[Task requirements]: Quote, with no changes, the lines that run from the top of the material to the line with "f 100 357 356", both included.

[Material supplied]:

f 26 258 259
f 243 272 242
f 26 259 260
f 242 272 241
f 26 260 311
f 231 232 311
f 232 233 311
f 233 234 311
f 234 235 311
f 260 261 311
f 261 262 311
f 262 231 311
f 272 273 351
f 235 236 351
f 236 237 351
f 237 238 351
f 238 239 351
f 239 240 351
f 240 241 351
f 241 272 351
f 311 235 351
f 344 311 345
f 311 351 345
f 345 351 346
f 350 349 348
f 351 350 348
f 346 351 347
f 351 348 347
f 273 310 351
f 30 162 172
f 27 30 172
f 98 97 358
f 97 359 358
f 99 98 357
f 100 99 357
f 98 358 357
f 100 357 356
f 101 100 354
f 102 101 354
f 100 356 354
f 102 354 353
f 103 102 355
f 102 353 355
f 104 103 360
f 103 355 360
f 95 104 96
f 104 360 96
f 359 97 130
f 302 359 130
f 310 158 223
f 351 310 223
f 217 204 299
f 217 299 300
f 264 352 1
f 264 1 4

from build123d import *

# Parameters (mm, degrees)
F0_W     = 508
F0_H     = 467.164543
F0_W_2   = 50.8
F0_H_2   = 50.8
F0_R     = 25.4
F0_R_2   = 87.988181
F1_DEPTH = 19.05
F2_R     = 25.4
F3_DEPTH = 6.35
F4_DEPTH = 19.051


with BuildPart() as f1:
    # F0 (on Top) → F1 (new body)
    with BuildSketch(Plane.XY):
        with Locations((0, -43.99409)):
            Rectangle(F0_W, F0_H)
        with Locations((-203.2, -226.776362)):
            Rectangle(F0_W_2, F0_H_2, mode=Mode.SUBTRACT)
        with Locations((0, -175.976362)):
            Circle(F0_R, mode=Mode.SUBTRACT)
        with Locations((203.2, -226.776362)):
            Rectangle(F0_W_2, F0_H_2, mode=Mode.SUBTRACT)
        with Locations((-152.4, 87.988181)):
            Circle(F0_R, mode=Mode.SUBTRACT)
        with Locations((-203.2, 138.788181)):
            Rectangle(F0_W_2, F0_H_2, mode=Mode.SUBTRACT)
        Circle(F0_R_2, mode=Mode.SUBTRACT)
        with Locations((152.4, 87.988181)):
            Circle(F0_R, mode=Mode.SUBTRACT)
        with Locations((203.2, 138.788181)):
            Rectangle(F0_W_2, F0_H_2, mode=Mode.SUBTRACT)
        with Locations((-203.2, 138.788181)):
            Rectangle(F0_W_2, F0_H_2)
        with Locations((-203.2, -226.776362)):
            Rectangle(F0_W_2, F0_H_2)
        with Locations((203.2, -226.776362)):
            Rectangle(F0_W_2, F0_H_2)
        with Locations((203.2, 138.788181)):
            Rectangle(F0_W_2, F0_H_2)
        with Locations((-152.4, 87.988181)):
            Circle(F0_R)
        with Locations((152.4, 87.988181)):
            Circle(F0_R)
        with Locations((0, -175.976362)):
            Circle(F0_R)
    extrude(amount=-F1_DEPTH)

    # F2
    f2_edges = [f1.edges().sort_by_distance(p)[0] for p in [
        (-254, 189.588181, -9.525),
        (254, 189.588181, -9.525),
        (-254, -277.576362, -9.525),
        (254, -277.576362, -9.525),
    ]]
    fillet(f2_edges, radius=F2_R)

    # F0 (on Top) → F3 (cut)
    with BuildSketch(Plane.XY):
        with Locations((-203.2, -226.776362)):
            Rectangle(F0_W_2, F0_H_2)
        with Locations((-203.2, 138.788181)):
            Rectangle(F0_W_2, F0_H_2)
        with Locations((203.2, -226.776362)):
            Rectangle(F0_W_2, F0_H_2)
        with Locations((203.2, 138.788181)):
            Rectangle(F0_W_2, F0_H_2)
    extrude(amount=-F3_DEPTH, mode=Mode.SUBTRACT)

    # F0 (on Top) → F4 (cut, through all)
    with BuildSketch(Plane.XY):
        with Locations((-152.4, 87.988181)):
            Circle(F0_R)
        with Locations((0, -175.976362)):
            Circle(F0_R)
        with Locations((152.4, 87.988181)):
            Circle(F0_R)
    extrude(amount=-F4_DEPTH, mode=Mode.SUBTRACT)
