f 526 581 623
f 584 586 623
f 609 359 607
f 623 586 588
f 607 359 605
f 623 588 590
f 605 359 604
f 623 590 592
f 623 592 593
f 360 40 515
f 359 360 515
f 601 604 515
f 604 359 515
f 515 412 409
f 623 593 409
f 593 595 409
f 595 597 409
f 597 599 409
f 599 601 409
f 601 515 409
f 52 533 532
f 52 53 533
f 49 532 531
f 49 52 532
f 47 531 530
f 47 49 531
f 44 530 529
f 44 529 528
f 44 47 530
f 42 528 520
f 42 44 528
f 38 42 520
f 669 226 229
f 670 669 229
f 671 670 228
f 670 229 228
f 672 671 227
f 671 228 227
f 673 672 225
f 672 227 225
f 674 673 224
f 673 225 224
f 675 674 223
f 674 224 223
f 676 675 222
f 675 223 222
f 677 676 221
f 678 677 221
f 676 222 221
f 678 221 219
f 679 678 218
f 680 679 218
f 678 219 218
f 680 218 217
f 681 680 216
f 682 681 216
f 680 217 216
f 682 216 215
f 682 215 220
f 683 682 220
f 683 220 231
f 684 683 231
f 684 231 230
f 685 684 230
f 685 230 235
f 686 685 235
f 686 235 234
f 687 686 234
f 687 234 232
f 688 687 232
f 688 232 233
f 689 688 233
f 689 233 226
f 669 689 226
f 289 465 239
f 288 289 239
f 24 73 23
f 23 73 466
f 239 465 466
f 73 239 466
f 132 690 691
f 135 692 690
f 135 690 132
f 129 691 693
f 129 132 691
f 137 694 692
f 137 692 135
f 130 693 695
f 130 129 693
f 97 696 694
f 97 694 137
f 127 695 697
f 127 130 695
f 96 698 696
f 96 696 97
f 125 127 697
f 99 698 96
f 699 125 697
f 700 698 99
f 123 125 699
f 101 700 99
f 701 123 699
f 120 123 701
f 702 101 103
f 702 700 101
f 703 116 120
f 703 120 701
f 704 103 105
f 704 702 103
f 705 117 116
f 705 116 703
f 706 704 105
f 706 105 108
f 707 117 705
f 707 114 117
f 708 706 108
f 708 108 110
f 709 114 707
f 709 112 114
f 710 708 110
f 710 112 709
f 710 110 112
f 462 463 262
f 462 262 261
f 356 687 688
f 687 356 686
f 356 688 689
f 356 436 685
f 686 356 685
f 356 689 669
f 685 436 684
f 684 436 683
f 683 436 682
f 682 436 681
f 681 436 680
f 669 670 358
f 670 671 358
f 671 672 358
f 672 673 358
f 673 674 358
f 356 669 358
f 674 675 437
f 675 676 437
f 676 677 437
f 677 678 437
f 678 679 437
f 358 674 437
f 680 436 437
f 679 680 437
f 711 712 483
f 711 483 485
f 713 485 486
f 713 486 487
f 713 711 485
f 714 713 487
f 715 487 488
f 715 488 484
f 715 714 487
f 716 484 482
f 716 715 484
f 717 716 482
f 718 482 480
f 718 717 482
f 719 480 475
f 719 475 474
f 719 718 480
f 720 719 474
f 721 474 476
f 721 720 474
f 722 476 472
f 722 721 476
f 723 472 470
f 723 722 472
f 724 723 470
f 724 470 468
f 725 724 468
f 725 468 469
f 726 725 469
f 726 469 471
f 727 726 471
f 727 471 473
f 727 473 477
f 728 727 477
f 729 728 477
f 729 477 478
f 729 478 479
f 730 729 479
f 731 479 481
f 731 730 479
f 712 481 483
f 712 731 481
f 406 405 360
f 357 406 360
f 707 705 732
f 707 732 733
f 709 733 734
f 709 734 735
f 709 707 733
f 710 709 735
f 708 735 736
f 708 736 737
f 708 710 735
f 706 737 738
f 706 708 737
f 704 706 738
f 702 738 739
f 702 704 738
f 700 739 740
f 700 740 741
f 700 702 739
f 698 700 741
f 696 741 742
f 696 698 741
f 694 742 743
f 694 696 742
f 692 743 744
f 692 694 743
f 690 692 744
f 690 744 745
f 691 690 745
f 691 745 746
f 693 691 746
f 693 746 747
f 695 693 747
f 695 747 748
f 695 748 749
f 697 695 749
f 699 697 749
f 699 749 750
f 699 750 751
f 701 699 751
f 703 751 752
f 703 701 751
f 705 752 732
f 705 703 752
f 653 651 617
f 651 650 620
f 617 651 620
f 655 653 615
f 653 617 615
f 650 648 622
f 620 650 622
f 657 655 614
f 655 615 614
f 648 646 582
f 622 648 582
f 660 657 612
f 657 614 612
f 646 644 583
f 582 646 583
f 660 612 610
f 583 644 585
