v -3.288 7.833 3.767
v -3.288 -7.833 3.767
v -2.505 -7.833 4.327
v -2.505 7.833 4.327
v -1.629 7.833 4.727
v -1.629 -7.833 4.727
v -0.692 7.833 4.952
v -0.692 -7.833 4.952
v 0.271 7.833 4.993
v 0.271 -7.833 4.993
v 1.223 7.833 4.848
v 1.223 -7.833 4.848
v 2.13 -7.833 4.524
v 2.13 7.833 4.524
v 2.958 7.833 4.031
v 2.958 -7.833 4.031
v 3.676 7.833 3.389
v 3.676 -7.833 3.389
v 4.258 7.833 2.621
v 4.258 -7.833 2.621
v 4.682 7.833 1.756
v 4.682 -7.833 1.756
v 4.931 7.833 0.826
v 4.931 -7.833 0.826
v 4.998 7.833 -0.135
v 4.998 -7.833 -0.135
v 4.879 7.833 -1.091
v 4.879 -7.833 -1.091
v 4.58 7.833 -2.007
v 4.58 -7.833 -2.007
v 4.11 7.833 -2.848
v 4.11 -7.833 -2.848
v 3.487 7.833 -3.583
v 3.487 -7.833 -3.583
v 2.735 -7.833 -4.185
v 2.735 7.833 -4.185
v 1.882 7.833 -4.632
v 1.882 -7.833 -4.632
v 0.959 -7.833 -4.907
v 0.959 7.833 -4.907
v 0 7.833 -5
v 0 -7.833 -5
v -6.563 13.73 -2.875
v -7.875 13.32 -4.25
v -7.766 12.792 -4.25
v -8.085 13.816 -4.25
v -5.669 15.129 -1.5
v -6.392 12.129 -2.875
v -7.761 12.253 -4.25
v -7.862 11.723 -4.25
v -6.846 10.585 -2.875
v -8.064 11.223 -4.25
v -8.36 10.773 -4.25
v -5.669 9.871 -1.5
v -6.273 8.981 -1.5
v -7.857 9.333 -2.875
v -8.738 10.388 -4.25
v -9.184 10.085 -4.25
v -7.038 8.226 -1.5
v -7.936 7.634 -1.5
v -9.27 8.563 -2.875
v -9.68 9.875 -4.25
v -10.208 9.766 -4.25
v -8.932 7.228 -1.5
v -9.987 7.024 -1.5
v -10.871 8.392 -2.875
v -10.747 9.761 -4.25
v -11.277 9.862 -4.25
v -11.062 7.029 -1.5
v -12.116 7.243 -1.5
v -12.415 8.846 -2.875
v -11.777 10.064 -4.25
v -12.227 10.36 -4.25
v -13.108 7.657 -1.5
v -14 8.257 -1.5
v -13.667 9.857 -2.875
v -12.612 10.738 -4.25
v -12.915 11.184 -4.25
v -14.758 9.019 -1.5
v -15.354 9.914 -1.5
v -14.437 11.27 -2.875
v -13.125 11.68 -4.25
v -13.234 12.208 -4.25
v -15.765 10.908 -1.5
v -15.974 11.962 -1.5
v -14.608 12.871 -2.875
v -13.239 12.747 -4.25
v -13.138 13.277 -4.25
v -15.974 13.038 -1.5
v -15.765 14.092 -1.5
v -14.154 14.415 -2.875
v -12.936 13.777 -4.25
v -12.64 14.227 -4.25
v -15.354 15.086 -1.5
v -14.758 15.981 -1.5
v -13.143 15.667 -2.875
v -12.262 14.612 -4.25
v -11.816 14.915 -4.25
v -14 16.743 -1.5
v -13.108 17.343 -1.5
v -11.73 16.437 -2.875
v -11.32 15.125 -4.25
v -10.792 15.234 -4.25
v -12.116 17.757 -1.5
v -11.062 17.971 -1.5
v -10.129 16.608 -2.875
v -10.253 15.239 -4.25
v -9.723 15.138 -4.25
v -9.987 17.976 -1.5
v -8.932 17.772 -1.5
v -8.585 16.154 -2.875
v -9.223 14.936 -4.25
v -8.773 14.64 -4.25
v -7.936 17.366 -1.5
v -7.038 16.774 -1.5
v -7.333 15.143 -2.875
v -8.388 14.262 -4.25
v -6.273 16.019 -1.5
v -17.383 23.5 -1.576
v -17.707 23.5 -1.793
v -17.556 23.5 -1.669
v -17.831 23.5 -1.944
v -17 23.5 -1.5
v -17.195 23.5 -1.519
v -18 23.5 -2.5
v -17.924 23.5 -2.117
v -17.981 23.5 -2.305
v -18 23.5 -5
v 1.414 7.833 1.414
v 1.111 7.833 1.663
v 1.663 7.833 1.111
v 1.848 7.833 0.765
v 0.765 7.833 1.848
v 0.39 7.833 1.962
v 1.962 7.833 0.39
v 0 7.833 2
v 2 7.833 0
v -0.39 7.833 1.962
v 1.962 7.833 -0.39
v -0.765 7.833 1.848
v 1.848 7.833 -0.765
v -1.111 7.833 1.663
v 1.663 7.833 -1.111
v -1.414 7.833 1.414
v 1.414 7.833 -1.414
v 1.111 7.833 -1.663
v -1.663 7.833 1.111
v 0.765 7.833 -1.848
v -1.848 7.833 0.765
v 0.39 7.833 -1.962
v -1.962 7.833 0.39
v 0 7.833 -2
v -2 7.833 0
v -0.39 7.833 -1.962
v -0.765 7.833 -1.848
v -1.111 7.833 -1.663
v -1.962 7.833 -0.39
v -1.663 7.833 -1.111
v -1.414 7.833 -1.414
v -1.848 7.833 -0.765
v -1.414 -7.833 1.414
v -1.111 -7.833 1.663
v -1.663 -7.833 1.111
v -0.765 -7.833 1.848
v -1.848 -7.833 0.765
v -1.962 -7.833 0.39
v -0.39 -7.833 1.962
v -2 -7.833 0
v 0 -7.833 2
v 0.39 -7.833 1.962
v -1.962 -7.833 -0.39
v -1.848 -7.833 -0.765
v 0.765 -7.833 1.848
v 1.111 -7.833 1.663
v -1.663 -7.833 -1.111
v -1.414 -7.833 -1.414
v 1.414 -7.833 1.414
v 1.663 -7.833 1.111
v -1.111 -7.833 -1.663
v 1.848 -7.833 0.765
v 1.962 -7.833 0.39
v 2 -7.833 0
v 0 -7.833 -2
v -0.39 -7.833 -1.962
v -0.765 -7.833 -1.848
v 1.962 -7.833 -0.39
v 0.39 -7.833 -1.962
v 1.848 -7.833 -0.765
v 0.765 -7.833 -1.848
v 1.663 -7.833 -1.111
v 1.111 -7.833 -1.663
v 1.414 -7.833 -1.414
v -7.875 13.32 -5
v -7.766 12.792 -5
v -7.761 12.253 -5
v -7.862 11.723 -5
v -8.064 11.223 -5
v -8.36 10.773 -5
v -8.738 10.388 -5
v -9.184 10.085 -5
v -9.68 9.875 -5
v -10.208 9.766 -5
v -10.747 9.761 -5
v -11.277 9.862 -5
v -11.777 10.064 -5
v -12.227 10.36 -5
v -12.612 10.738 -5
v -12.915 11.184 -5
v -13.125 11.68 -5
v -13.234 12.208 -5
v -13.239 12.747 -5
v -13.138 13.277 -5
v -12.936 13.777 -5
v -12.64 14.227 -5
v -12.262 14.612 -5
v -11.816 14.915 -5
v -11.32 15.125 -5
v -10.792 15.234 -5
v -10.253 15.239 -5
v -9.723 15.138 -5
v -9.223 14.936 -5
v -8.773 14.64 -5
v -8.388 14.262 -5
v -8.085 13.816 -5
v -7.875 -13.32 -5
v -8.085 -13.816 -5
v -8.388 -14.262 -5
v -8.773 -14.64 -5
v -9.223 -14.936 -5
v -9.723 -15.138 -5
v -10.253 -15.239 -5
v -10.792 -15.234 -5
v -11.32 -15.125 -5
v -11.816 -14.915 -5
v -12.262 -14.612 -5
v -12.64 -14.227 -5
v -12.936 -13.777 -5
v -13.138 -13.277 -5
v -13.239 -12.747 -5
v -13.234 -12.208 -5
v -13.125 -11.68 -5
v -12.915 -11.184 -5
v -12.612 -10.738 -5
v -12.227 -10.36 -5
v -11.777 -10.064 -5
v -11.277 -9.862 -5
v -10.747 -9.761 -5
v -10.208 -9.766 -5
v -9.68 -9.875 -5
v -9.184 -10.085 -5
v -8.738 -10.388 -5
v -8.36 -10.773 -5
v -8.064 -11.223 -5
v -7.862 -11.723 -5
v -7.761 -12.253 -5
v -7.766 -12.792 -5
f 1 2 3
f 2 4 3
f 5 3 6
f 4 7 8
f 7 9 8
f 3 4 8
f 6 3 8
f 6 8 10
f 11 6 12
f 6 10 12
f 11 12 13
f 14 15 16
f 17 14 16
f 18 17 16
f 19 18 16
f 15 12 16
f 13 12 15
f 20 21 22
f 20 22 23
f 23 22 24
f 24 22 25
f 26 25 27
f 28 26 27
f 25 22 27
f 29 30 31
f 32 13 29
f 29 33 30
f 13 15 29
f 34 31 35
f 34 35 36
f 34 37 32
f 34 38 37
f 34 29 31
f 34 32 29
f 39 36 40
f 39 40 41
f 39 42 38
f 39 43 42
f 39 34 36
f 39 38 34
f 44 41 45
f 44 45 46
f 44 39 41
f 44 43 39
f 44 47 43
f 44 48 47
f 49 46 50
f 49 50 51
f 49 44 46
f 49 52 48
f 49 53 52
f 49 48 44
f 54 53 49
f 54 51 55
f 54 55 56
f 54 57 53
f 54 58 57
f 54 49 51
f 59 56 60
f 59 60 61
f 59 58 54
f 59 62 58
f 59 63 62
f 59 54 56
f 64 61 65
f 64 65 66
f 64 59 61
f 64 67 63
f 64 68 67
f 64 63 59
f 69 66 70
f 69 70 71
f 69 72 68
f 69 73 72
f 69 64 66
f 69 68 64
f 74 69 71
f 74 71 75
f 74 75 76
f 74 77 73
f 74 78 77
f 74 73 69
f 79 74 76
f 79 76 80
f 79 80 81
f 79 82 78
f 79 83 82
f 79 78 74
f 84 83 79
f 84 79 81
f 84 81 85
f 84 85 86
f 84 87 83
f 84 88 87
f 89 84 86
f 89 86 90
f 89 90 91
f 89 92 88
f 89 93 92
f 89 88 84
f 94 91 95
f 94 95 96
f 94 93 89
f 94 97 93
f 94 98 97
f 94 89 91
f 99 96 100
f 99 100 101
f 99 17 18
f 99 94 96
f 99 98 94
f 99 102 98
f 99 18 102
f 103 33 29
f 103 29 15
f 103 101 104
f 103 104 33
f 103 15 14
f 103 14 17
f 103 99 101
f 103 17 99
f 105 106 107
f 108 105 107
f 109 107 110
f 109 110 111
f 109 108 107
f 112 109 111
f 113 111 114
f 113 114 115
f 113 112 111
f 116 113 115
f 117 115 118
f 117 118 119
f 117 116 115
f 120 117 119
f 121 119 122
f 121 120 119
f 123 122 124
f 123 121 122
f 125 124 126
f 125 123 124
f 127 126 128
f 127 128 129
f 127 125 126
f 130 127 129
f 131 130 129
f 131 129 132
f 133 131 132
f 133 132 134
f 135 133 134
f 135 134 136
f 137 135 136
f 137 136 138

[Exercise answer]:
f 26 258 259
f 243 272 242
f 26 259 260
f 242 272 241
f 26 260 311
f 231 232 311
f 232 233 311
f 233 234 311
f 234 235 311
f 260 261 311
f 261 262 311
f 262 231 311
f 272 273 351
f 235 236 351
f 236 237 351
f 237 238 351
f 238 239 351
f 239 240 351
f 240 241 351
f 241 272 351
f 311 235 351
f 344 311 345
f 311 351 345
f 345 351 346
f 350 349 348
f 351 350 348
f 346 351 347
f 351 348 347
f 273 310 351
f 30 162 172
f 27 30 172
f 98 97 358
f 97 359 358
f 99 98 357
f 100 99 357
f 98 358 357
f 100 357 356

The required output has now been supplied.